The authors declare that they have no conflict of interest.

Figures

**Figure 1.**
CCK8 activity assay. (A) Dose-dependent effect of PA on cell viability. (B) Effect of IGF-1 on PA-induced macrophage survival. Mean ± SD. n=3. *P<0. 05, **P<0. 01 vs. control; ^##P<0. 01 vs. PA group. PA, palmitic acid; IGF-1, insulin growth factor-1.

**Figure 2.**
Effect of IGF-1 on PA-induced apoptosis of macrophages. (A) Hoechst 33342 staining was performed to observe apoptotic cells. (B) Quantitative analysis of Hoechst 33342 staining (C) Annexin V/PI staining to detect cell apoptosis. (D) Quantitative analysis of Annexin V/PI staining for total apoptosis (E) Quantitative analysis of Annexin V/PI staining for advanced apoptosis. (F) Quantitative analysis of Annexin V/PI staining for early apoptosis.
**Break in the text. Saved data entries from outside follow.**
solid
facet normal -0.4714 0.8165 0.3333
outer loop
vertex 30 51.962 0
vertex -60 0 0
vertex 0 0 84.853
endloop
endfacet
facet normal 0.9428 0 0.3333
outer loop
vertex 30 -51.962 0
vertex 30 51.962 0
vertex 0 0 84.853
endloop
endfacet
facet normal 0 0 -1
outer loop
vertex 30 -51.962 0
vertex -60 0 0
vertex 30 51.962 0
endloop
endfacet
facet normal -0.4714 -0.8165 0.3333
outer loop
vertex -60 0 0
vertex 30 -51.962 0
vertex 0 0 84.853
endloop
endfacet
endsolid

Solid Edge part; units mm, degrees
sketch "Sketch1" plane through (0, 0, 0) normal (0, 0, 1) x (1, 0, 0)
  line L0 (-60, 0) -> (30, -51.9615)
  line L1 (30, -51.9615) -> (30, 51.9615)
  line L2 (30, 51.9615) -> (-60, 0)
extrude "Protrusion1" add sketch "Sketch1" along normal up to vertex (84.8528 mm away)
sketch "Sketch2" plane through (0, 0, 0) normal (0, -1, 0) x (1, 0, 0)
  line L0 (0, 84.8528) -> (30, 0)
extrude "Cutout1" cut sketch "Sketch2" along normal mid plane 103.923 material side at (15.0471, 0, 42.4431)
pattern_circular "Pattern1" count 3 over 360 about axis through (0, 0, 0) along (0, 0, -1) of "Cutout1"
Mean ± SD. n=3. *P<0. 05, **P<0. 01, ***P<0. 001 vs. control group; ^#P<0. 05, ^##P<0. 01, ^###P<0. 001 vs. PA group. IGF-1, insulin growth factor-1; PA, palmitic acid.

**Figure 3.**
Effect of IGF-1 on PA-induced expression of caspase-3 in macrophages. (A) Caspase-3 activity detection. (B) Quantitative analysis of caspase-3 activity. (C) Western blotting detection of c-caspase-3 protein expression. (D) Quantitative analysis of caspase-3 protein expression. Mean ± SD. n=3. ***P<0. 001 vs. control group; ^#P<0. 05, ^##P<0. 01 vs. PA group. IGF-1, insulin growth factor-1; PA, palmitic acid.

**Figure 4.**
The effect of IGF-1 on PA-induced expression of Bcl-2 and Bax in macrophages. (A) Western blotting detection of Bcl-2, Bax protein expression. (B-D) Quantitative analysis of Bax, Bcl-2, and Bcl-2/Bax ratio. Mean ± SD. n=3. ***P<0.001 vs. control group; ^##P<0. 01, ^###P<0. 001 vs. PA group. IGF-1, insulin growth factor-1; PA, palmitic acid.

**Figure 5.**
Effect of IGF-1 on PA-induced mitochondrial function in macrophages. (A) JC-1 staining to show changes in mitochondrial membrane potential. (B) Quantitative analysis of JC-1 staining. (C) Fluorescence intensity of mitochondrial ROS observed by flow cytometry. (D) Quantitative analysis of mitochondrial ROS. (E) Western blotting detection of protein expression of cytochrome c. (F) Quantitative analysis of cytochrome c protein expression. Mean ± SD. n=3. **P<0. 01, ***P<0. 001 vs. control group; ^#P<0. 05, ^###P<0. 001 vs. PA. IGF-1, insulin growth factor-1; PA, palmitic acid; ROS, reactive oxygen species.

**Figure 6.**
IGF-1 diminished PA-induced mitophagy in macrophages. (A) Colocalization of mitochondria and LC3. (B) The colocalization of the mitochondria and LC3 was quantitatively analyzed using the Pearson correlation coefficient. (C) Colocalization of mitochondria and lysosomes. (D) The colocalization of the mitochondria and lysosomes was quantitatively analyzed using the Pearson correlation coefficient. (E) Western blotting analysis of mitophagy-related proteins. (F and G) Quantitative analysis of PINK1 and Parkin protein expression. Mean ± SD. n=3. *P<0. 05, **P<0. 01, ***P<0. 001 vs. control group; ^#P<0. 05, ^##P<0. 01 vs. PA. IGF-1, insulin growth factor-1; PA, palmitic acid.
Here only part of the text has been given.